Minister Hill to the Secretary of State.
The Hague, April 18, 1907.
Sir: I have the honor to acknowledge the receipt of your telegram of April 17, as follows:a
And to confirm my telegraphic reply as follows:a
By way of comment I have to add that the Netherlands minister for foreign affairs has had no thought of the necessity of the South American or other nonsignatories of The Hague Convention entering into any new treaty with the Netherlands or with anyone else except by a mere notice of adhesion to The Hague Convention. He agrees with the view expressed in your telegram that this notice must come either from the minister for foreign affairs direct or from some representative who has power to give the notice, as explained in the next to the last paragraph of my No. 206. He only insists that notification must be given of adhesion before the conference meets, and his expectation was that any government not having already given formal written notice of adhesion would provide its delegates, or its plenipotentiary here, with full powers to notify adhesion. He considers it sufficient that the notification, if in sufficient time, should be sent in any authentic form, but wished to emphasize the necessity of formal notice of adhesion, as provided for in the Russian note of April 12, 1906, as an essential preliminary to participation in the conference.
In our conversation to-day the minister repeated the point presented in the last paragraph of my No. 206, namely, that he would expect that representatives of the governments assenting to the Russian proposal of April 12, 1906, in accordance with article 60 of the arbitration convention, would be authorized to sign a formal protocol setting forth that these governments give their assent to the adherence of the nonsignatories in the manner proposed. He added that he had notified all the assenting governments that such a protocol would be prepared, and that he would expect it to be signed in the Treves Zaal on the day before the opening of the conference by the empowered representatives of the assenting governments. When this notice is received at Washington this point will, no doubt, be made perfectly clear.
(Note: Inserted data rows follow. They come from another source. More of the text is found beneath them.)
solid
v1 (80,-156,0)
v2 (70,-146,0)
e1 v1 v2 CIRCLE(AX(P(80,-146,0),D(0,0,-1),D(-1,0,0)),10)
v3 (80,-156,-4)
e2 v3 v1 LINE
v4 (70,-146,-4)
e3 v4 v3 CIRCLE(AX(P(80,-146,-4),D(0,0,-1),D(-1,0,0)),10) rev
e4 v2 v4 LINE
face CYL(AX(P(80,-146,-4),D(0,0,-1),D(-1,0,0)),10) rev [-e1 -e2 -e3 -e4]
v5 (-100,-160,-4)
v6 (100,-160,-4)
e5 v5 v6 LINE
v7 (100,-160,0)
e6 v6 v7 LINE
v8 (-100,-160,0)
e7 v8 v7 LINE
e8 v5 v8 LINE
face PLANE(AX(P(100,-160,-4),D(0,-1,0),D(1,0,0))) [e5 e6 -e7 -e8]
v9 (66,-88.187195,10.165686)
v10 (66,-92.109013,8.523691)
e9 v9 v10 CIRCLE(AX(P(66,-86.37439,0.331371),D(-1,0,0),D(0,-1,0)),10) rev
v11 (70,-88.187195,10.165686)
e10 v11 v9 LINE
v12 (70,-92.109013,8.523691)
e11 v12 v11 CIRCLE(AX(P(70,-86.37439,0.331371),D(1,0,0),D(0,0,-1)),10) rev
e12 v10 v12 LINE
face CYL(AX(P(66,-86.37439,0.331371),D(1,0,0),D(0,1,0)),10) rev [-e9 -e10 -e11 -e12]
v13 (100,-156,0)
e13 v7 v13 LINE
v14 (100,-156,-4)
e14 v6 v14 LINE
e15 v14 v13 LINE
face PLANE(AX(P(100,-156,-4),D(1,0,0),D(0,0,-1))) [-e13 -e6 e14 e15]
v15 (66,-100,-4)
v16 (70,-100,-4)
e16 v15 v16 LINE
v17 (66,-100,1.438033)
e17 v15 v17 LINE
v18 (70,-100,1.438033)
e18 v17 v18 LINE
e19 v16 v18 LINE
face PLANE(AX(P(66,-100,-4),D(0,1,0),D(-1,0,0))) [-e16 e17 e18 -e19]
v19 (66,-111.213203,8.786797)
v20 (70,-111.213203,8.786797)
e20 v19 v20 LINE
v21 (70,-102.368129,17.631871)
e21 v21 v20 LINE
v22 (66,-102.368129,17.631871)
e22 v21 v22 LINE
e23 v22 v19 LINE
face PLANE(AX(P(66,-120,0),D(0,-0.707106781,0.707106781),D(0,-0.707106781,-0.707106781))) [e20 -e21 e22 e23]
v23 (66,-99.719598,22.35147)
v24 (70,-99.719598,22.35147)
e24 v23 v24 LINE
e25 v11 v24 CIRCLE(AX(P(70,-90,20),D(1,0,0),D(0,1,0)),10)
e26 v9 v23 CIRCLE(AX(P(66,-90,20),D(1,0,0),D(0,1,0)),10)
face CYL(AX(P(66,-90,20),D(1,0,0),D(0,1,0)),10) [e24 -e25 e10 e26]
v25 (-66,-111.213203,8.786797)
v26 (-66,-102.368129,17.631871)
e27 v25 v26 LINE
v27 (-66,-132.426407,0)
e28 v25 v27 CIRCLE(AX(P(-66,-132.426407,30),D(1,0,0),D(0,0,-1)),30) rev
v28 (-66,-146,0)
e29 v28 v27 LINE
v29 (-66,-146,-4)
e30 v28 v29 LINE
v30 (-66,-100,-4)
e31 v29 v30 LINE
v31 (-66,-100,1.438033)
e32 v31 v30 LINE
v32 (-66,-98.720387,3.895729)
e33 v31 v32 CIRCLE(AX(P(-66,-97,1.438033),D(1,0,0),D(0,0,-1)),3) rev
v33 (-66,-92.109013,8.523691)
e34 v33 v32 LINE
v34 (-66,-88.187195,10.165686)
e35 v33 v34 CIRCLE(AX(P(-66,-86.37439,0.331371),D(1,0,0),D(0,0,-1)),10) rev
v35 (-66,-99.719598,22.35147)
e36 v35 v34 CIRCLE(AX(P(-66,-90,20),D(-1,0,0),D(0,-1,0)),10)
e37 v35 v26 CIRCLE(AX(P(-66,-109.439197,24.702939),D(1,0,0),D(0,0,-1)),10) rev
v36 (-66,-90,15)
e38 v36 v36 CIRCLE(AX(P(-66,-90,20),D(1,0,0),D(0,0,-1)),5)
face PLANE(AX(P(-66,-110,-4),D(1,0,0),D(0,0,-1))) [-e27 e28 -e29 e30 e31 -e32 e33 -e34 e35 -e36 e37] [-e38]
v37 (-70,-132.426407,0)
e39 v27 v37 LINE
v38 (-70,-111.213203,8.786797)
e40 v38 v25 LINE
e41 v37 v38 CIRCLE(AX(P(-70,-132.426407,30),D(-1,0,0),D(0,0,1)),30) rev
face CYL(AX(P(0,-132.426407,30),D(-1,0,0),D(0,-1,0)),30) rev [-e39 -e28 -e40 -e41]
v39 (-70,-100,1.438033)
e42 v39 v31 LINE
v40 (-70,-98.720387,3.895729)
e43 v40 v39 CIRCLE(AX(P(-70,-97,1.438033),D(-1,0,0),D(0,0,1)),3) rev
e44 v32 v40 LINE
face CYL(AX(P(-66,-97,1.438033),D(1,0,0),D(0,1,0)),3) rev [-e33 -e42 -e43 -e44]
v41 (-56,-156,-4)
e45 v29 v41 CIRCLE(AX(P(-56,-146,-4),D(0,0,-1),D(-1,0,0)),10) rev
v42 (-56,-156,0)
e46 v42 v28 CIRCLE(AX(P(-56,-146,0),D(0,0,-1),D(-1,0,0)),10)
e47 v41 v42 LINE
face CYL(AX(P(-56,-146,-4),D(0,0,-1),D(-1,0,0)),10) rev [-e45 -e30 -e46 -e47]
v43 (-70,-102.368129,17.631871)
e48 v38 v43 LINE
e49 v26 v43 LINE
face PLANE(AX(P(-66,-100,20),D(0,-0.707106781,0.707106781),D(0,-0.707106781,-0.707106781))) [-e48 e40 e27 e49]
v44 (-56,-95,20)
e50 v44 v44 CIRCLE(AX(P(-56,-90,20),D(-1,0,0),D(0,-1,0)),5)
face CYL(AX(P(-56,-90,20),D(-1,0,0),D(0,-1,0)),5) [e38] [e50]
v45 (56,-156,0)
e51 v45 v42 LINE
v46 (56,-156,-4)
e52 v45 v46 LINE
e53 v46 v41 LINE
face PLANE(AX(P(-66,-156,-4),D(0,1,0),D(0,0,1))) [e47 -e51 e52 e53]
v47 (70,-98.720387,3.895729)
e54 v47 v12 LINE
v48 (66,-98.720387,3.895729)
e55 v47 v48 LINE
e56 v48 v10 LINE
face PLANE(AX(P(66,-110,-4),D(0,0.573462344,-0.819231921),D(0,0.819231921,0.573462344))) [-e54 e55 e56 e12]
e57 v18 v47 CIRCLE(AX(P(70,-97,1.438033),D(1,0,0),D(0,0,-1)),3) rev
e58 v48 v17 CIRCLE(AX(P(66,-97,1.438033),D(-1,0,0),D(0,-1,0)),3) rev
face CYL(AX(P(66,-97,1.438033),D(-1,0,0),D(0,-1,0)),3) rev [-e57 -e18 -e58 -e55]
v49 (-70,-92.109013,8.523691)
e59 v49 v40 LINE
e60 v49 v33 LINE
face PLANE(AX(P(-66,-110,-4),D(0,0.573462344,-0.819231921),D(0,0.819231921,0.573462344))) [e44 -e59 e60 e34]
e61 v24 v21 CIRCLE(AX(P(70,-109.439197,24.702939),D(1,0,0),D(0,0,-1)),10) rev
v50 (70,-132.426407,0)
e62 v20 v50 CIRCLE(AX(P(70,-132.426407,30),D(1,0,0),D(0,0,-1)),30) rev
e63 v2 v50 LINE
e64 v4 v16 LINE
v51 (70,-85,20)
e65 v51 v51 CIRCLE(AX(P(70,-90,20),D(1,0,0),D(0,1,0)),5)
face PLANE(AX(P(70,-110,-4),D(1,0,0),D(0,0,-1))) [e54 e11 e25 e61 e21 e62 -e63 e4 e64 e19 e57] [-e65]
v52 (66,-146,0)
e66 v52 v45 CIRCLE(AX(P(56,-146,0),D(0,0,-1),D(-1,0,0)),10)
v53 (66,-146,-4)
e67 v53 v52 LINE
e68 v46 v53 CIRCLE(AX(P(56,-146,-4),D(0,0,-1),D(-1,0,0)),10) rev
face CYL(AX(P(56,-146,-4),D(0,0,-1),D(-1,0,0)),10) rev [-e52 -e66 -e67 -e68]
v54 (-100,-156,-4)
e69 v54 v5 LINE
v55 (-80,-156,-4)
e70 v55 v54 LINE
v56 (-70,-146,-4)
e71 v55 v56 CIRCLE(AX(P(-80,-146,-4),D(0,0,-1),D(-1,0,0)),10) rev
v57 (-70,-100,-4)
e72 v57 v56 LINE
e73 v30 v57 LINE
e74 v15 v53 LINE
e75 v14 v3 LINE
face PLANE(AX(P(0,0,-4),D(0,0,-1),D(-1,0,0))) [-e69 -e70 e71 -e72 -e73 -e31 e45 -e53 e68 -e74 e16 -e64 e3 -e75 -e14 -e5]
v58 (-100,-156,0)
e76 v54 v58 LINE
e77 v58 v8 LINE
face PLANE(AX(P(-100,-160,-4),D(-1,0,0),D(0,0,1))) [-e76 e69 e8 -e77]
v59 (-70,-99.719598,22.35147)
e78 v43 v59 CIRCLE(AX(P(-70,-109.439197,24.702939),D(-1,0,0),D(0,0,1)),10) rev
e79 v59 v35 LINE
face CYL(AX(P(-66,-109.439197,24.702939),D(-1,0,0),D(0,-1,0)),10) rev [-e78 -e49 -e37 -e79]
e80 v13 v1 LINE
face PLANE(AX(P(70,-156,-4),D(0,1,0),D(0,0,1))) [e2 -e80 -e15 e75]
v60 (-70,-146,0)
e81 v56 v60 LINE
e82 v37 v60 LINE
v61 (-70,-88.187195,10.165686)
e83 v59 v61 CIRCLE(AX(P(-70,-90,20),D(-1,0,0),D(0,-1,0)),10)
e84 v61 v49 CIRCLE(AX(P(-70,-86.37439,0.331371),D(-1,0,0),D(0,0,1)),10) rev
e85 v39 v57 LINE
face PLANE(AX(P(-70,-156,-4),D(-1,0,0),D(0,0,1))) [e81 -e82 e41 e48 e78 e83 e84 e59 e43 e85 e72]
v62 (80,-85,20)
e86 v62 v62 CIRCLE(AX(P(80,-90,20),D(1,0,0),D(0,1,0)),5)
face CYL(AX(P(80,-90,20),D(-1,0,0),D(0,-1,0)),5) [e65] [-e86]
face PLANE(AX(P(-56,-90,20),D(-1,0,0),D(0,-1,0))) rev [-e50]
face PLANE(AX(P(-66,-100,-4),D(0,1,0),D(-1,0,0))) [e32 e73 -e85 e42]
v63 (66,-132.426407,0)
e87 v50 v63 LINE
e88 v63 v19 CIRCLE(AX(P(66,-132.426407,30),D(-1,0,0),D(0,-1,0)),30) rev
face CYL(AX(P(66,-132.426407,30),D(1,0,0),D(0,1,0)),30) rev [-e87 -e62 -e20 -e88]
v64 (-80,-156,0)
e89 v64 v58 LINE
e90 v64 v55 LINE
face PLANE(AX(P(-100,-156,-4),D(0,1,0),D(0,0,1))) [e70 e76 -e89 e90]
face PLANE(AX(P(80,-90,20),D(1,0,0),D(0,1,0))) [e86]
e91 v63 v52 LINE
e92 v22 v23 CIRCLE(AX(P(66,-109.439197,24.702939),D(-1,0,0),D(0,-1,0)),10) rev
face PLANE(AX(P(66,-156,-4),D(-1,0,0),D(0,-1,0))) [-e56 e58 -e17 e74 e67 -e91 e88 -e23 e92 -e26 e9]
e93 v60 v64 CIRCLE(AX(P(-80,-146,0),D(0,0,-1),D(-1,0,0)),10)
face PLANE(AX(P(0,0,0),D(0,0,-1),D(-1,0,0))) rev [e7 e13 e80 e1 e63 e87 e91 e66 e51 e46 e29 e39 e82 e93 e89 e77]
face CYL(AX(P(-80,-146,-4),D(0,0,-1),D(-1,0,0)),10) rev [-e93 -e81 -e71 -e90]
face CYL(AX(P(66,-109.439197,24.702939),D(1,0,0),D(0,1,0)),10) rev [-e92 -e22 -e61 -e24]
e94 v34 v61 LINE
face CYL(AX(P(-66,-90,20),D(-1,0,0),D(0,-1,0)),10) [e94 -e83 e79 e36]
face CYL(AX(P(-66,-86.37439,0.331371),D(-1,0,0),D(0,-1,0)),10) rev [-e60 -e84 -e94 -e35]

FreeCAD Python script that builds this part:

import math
import FreeCAD as App
import Part
import Sketcher
from FreeCAD import Vector
Q = App.Units.Quantity


def edges_at(feature, points):
    """Names of the edges that pass closest to the given points."""
    edges = feature.Shape.Edges
    near = lambda p: min(range(len(edges)), key=lambda i: edges[i].distToShape(Part.Vertex(*p))[0])
    return sorted({f"Edge{near(p) + 1}" for p in points})


def add_polygon(sketch, points):
    """Adds a closed chain of lines whose ends are joined by coincident constraints."""
    first, n = sketch.GeometryCount, len(points)
    for a, b in zip(points, points[1:] + points[:1]):
        sketch.addGeometry(Part.LineSegment(App.Vector(*a, 0), App.Vector(*b, 0)), False)
    for i in range(n):
        sketch.addConstraint(Sketcher.Constraint("Coincident", first + i, 2, first + (i + 1) % n, 1))

doc = App.newDocument("Part")
body = doc.addObject("PartDesign::Body", "Body")

sketch1 = doc.addObject("Sketcher::SketchObject", "Sketch")
body.addObject(sketch1)
sketch1.AttachmentSupport = (doc.XY_Plane, [""])
sketch1.MapMode = "FlatFace"
add_polygon(sketch1, [(-66, -110), (-70, -110), (-70, -156), (-100, -156), (-100, -160), (100, -160), (100, -156), (70, -156), (70, -110), (66, -110), (66, -156), (-66, -156)])
sketch1.addConstraint([
    Sketcher.Constraint("Horizontal", 0),
    Sketcher.Constraint("Vertical", 1),
    Sketcher.Constraint("Horizontal", 2),
    Sketcher.Constraint("Vertical", 3),
    Sketcher.Constraint("Horizontal", 4),
    Sketcher.Constraint("Vertical", 5),
    Sketcher.Constraint("Horizontal", 6),
    Sketcher.Constraint("Vertical", 7),
    Sketcher.Constraint("Horizontal", 8),
    Sketcher.Constraint("Vertical", 9),
    Sketcher.Constraint("Horizontal", 10),
    Sketcher.Constraint("Vertical", 11),
    Sketcher.Constraint("Symmetric", 2, 2, 5, 2, -2),
    Sketcher.Constraint("Symmetric", 0, 2, 7, 2, -2),
    Sketcher.Constraint("Horizontal", 6, 2, 9, 2),
    Sketcher.Constraint("Equal", 0, 8),
    Sketcher.Constraint("Equal", 8, 3),
    Sketcher.Constraint("DistanceX", 0, 2, 0, 1, 4.0),
    Sketcher.Constraint("DistanceX", 2, 2, 2, 1, 30.0),
    Sketcher.Constraint("DistanceX", 4, 1, 4, 2, 200.0),
    Sketcher.Constraint("DistanceY", 1, 2, 1, 1, 46.0),
    Sketcher.Constraint("DistanceY", 0, 2, -1, 1, 110.0),
])
pad1 = doc.addObject("PartDesign::Pad", "Pad")
body.addObject(pad1)
pad1.Profile = sketch1
pad1.Length = 4
pad1.Reversed = True

sketch2 = doc.addObject("Sketcher::SketchObject", "Sketch001")
body.addObject(sketch2)
sketch2.AttachmentSupport = (doc.YZ_Plane, [""])
sketch2.MapMode = "FlatFace"
sketch2.AttachmentOffset = App.Placement(Vector(0, 0, 70), App.Rotation())
sketch2.addGeometry([
    Part.LineSegment(Vector(-100, 20, 0), Vector(-120, 0, 0)),
    Part.LineSegment(Vector(-120, 0, 0), Vector(-110, 0, 0)),
    Part.LineSegment(Vector(-110, 0, 0), Vector(-110, -4, 0)),
    Part.LineSegment(Vector(-110, -4, 0), Vector(-90, 10, 0)),
    Part.ArcOfCircle(Part.Circle(Vector(-90, 20, 0), Vector(0, 0, 1), 10), math.radians(-90), math.radians(180)),
], False)
sketch2.addConstraint([
    Sketcher.Constraint("Coincident", 0, 2, 1, 1),
    Sketcher.Constraint("Coincident", 1, 2, 2, 1),
    Sketcher.Constraint("Coincident", 2, 2, 3, 1),
    Sketcher.Constraint("Coincident", 3, 2, 4, 1),
    Sketcher.Constraint("Coincident", 4, 2, 0, 1),
    Sketcher.Constraint("Horizontal", 1),
    Sketcher.Constraint("Vertical", 2),
    Sketcher.Constraint("PointOnObject", 0, 2, -1),
    Sketcher.Constraint("Vertical", 4, 3, 3, 2),
    Sketcher.Constraint("Radius", 4, 10.0),
    Sketcher.Constraint("DistanceX", 1, 1, 1, 2, 10.0),
    Sketcher.Constraint("DistanceY", 2, 2, 2, 1, 4.0),
    Sketcher.Constraint("Angle", 0, Q("-135 deg")),
    Sketcher.Constraint("DistanceX", 4, 3, -1, 1, 90.0),
    Sketcher.Constraint("DistanceY", -1, 1, 4, 3, 20.0),
    Sketcher.Constraint("DistanceX", 0, 2, -1, 1, 120.0),
])
pad2 = doc.addObject("PartDesign::Pad", "Pad001")
body.addObject(pad2)
pad2.Profile = sketch2
pad2.Length = 4
pad2.Reversed = True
There appears, then, to be no material difference of view between the position taken in your telegram and the understanding of the Netherlands Government so far as the adhesion of the South American [Page 1123] States is concerned. After my full and clear discussion of the whole subject with the minister for foreign affairs, I do not see how any embarrassment can arise for the adhering States, provided (1) they notify the Netherlands minister for foreign affairs of their adhesion, either, as you suggest, directly through their ministers for foreign affairs or through authorized representatives; and (2) provided the representatives of the assenting signatory powers are duly authorized to sign the protocol as requested by the Netherlands Government.
Regarding this last, I may say that it appears to be considered by the minister for foreign affairs of the Netherlands as a desirable method of giving unity and finality to the action taken under article 60 of the convention of arbitration. It is intended to sum up in one formal act the Russian proposal and the assent of the signatory powers. Whatever difference of opinion there may be about the necessity of thus solemnizing in one document the action taken by the powers individually, compliance with the wishes of the Netherlands Government in this respect can occasion no great inconvenience and will put the conclusion reached beyond all question. It is not intended that this protocol shall have the form of a new treaty, but that it shall merely affirm in one document the action taken by the proposal contained in the Russian note of April 12 and the assent of the powers separately given in conformity with it. Nor does the action of the States-General of the Netherlands authorizing the extension of the ratification of the existing Hague Convention to new adherents contemplate any new treaties. This action was taken in order to place beyond all question the constitutional legality of admitting the new adherents to these conventions, so far as the Netherlands is concerned, and has significance only from a Netherlands point of view. It is entirely a constitutional, and not an international, measure, designed to meet the requirements of the fundamental law of the country.
There is, therefore, no question of any new treaty connected with the adhesion of the South American or other States to the convention of 1899. That adhesion may be accomplished by mere notifications by the respective adherents with the assent of the original signatory powers. Everything else is a matter of form, which the Netherlands Government, being charged with the execution of the convention of arbitration in this respect, feels called upon to regulate.